** EXERCISE GOAL **
Set all of the entries down again precisely as they are written.

Stored data entries
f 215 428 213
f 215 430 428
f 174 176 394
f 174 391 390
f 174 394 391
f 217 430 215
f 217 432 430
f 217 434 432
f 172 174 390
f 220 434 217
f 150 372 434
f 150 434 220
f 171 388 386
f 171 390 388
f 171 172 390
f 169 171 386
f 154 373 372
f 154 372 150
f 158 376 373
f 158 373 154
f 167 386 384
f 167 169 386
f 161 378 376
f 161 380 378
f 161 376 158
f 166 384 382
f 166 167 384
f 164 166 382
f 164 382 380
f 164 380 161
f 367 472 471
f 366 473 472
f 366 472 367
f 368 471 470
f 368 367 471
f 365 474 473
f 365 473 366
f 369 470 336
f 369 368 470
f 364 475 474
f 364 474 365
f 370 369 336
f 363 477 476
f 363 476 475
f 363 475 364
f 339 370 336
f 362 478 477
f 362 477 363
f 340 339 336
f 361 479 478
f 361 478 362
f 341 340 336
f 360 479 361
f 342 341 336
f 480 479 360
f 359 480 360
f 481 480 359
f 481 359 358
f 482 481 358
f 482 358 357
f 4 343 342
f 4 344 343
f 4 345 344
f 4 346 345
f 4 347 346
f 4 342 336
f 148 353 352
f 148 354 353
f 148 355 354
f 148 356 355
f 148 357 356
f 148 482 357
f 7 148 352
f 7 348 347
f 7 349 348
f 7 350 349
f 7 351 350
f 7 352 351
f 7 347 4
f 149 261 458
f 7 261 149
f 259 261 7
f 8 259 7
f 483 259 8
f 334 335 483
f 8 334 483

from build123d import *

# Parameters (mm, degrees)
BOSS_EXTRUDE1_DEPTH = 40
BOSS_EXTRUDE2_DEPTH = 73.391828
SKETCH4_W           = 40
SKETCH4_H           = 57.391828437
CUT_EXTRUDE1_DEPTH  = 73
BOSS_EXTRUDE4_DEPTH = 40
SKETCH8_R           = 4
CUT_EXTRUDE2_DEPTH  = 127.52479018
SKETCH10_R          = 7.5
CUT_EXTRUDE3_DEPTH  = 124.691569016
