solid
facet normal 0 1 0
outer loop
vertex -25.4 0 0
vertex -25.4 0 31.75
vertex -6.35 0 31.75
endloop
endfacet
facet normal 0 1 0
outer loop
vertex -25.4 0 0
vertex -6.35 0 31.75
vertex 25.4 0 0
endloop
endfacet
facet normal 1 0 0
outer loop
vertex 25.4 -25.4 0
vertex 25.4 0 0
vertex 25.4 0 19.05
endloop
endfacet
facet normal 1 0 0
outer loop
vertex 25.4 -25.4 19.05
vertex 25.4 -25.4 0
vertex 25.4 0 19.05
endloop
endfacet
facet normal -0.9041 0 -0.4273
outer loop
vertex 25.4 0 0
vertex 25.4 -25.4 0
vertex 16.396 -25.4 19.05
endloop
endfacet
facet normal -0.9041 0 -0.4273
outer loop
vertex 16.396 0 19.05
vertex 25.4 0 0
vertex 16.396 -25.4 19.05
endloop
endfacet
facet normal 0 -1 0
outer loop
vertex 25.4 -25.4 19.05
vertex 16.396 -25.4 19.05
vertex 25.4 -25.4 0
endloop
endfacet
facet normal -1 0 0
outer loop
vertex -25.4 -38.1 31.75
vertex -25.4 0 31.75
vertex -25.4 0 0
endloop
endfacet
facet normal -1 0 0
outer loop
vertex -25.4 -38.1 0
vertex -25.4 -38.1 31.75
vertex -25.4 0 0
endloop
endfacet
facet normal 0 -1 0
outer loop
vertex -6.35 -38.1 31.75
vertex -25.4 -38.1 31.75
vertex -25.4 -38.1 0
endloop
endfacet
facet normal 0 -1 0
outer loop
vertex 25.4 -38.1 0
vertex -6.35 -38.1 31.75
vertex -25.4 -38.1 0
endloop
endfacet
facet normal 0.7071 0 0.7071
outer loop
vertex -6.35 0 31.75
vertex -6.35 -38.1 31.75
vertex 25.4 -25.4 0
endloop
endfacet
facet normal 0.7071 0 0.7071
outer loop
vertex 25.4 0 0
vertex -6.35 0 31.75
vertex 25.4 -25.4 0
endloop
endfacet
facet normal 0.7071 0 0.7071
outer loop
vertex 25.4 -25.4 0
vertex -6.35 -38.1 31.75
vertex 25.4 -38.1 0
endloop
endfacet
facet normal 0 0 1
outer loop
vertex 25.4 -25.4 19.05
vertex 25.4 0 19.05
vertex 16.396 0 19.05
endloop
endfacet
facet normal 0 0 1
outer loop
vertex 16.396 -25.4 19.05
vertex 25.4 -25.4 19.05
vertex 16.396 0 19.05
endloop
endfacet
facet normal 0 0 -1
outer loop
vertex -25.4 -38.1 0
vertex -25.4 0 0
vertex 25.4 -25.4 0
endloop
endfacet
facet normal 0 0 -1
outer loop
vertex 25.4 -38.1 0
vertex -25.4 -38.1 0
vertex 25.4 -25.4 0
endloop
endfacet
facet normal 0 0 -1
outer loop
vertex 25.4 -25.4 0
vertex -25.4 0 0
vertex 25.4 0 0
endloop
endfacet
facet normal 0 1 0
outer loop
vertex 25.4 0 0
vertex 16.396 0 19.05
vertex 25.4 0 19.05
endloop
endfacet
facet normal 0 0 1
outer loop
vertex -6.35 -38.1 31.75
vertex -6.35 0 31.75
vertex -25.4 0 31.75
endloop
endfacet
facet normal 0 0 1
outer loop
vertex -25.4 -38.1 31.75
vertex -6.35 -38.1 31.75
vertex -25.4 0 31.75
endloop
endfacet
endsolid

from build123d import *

# Parameters (mm, degrees)
F1_DEPTH = 38.1
F3_DEPTH = 12.7
F5_DEPTH = 25.4
F6_DEPTH = 12.7


with BuildPart() as f1:
    # F0 (on Front) → F1 (new body)
    with BuildSketch(Plane.XZ):
        Polygon((-25.4, 0), (0, 0), (25.4, 0), (25.4, 31.75), (-25.4, 31.75), align=None)
    extrude(amount=F1_DEPTH)

    # F2 (on face) → F3 (cut)
    with BuildSketch(Plane.XZ.offset(38.1)):
        Polygon((25.4, 31.75), (-6.35, 31.75), (25.4, 0), align=None)
    extrude(amount=-F3_DEPTH, mode=Mode.SUBTRACT)

    # F4 (on face) → F5 (cut)
    with BuildSketch(Plane.XZ.offset(25.4)):
        Polygon((25.4, 0), (10.3934332728, 31.75), (-6.35, 31.75), align=None)
    extrude(amount=-F5_DEPTH, mode=Mode.SUBTRACT)

    # F6 (cut): a face of the model
    f6_faces = [f1.faces().sort_by_distance(p)[0] for p in [
        (17.8967166364, -12.7, 31.75),
    ]]
    extrude(f6_faces, amount=-F6_DEPTH, mode=Mode.SUBTRACT)


solid = f1.part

** COMPLETED TASK **
f 215 428 213
f 215 430 428
f 174 176 394
f 174 391 390
f 174 394 391
f 217 430 215
f 217 432 430
f 217 434 432
f 172 174 390
f 220 434 217
f 150 372 434
f 150 434 220
f 171 388 386
f 171 390 388
f 171 172 390
f 169 171 386
f 154 373 372
f 154 372 150
f 158 376 373
f 158 373 154
f 167 386 384
f 167 169 386
f 161 378 376
f 161 380 378
f 161 376 158
f 166 384 382
f 166 167 384
f 164 166 382
f 164 382 380
f 164 380 161
f 367 472 471
f 366 473 472
f 366 472 367
f 368 471 470
f 368 367 471
f 365 474 473
f 365 473 366
f 369 470 336
f 369 368 470
f 364 475 474
f 364 474 365
f 370 369 336
f 363 477 476
f 363 476 475
f 363 475 364
f 339 370 336
f 362 478 477
f 362 477 363
f 340 339 336
f 361 479 478
f 361 478 362
f 341 340 336
f 360 479 361
f 342 341 336
f 480 479 360
f 359 480 360
f 481 480 359
f 481 359 358
f 482 481 358
f 482 358 357
f 4 343 342
f 4 344 343
f 4 345 344
f 4 346 345
f 4 347 346
f 4 342 336
f 148 353 352
f 148 354 353
f 148 355 354
f 148 356 355
f 148 357 356
f 148 482 357
f 7 148 352
f 7 348 347
f 7 349 348
f 7 350 349
f 7 351 350
f 7 352 351
f 7 347 4
f 149 261 458
f 7 261 149
f 259 261 7
f 8 259 7
f 483 259 8
f 334 335 483
f 8 334 483

from build123d import *

# Parameters (mm, degrees)
BOSS_EXTRUDE1_DEPTH = 40
BOSS_EXTRUDE2_DEPTH = 73.391828
SKETCH4_W           = 40
SKETCH4_H           = 57.391828437
CUT_EXTRUDE1_DEPTH  = 73
BOSS_EXTRUDE4_DEPTH = 40
SKETCH8_R           = 4
CUT_EXTRUDE2_DEPTH  = 127.52479018
SKETCH10_R          = 7.5
CUT_EXTRUDE3_DEPTH  = 124.691569016
solid
facet normal 0 1 0
outer loop
vertex -25.4 0 0
vertex -25.4 0 31.75
vertex -6.35 0 31.75
endloop
endfacet
facet normal 0 1 0
outer loop
vertex -25.4 0 0
vertex -6.35 0 31.75
vertex 25.4 0 0
endloop
endfacet
facet normal 1 0 0
outer loop
vertex 25.4 -25.4 0
vertex 25.4 0 0
vertex 25.4 0 19.05
endloop
endfacet
facet normal 1 0 0
outer loop
vertex 25.4 -25.4 19.05
vertex 25.4 -25.4 0
vertex 25.4 0 19.05
endloop
endfacet
facet normal -0.9041 0 -0.4273
outer loop
vertex 25.4 0 0
vertex 25.4 -25.4 0
vertex 16.396 -25.4 19.05
endloop
endfacet
facet normal -0.9041 0 -0.4273
outer loop
vertex 16.396 0 19.05
vertex 25.4 0 0
vertex 16.396 -25.4 19.05
endloop
endfacet
facet normal 0 -1 0
outer loop
vertex 25.4 -25.4 19.05
vertex 16.396 -25.4 19.05
vertex 25.4 -25.4 0
endloop
endfacet
facet normal -1 0 0
outer loop
vertex -25.4 -38.1 31.75
vertex -25.4 0 31.75
vertex -25.4 0 0
endloop
endfacet
facet normal -1 0 0
outer loop
vertex -25.4 -38.1 0
vertex -25.4 -38.1 31.75
vertex -25.4 0 0
endloop
endfacet
facet normal 0 -1 0
outer loop
vertex -6.35 -38.1 31.75
vertex -25.4 -38.1 31.75
vertex -25.4 -38.1 0
endloop
endfacet
facet normal 0 -1 0
outer loop
vertex 25.4 -38.1 0
vertex -6.35 -38.1 31.75
vertex -25.4 -38.1 0
endloop
endfacet
facet normal 0.7071 0 0.7071
outer loop
vertex -6.35 0 31.75
vertex -6.35 -38.1 31.75
vertex 25.4 -25.4 0
endloop
endfacet
facet normal 0.7071 0 0.7071
outer loop
vertex 25.4 0 0
vertex -6.35 0 31.75
vertex 25.4 -25.4 0
endloop
endfacet
facet normal 0.7071 0 0.7071
outer loop
vertex 25.4 -25.4 0
vertex -6.35 -38.1 31.75
vertex 25.4 -38.1 0
endloop
endfacet
facet normal 0 0 1
outer loop
vertex 25.4 -25.4 19.05
vertex 25.4 0 19.05
vertex 16.396 0 19.05
endloop
endfacet
facet normal 0 0 1
outer loop
vertex 16.396 -25.4 19.05
vertex 25.4 -25.4 19.05
vertex 16.396 0 19.05
endloop
endfacet
facet normal 0 0 -1
outer loop
vertex -25.4 -38.1 0
vertex -25.4 0 0
vertex 25.4 -25.4 0
endloop
endfacet
facet normal 0 0 -1
outer loop
vertex 25.4 -38.1 0
vertex -25.4 -38.1 0
vertex 25.4 -25.4 0
endloop
endfacet
facet normal 0 0 -1
outer loop
vertex 25.4 -25.4 0
vertex -25.4 0 0
vertex 25.4 0 0
endloop
endfacet
facet normal 0 1 0
outer loop
vertex 25.4 0 0
vertex 16.396 0 19.05
vertex 25.4 0 19.05
endloop
endfacet
facet normal 0 0 1
outer loop
vertex -6.35 -38.1 31.75
vertex -6.35 0 31.75
vertex -25.4 0 31.75
endloop
endfacet
facet normal 0 0 1
outer loop
vertex -25.4 -38.1 31.75
vertex -6.35 -38.1 31.75
vertex -25.4 0 31.75
endloop
endfacet
endsolid

from build123d import *

# Parameters (mm, degrees)
F1_DEPTH = 38.1
F3_DEPTH = 12.7
F5_DEPTH = 25.4
F6_DEPTH = 12.7


with BuildPart() as f1:
    # F0 (on Front) → F1 (new body)
    with BuildSketch(Plane.XZ):
        Polygon((-25.4, 0), (0, 0), (25.4, 0), (25.4, 31.75), (-25.4, 31.75), align=None)
    extrude(amount=F1_DEPTH)

    # F2 (on face) → F3 (cut)
    with BuildSketch(Plane.XZ.offset(38.1)):
        Polygon((25.4, 31.75), (-6.35, 31.75), (25.4, 0), align=None)
    extrude(amount=-F3_DEPTH, mode=Mode.SUBTRACT)

    # F4 (on face) → F5 (cut)
    with BuildSketch(Plane.XZ.offset(25.4)):
        Polygon((25.4, 0), (10.3934332728, 31.75), (-6.35, 31.75), align=None)
    extrude(amount=-F5_DEPTH, mode=Mode.SUBTRACT)

    # F6 (cut): a face of the model
    f6_faces = [f1.faces().sort_by_distance(p)[0] for p in [
        (17.8967166364, -12.7, 31.75),
    ]]
    extrude(f6_faces, amount=-F6_DEPTH, mode=Mode.SUBTRACT)


solid = f1.part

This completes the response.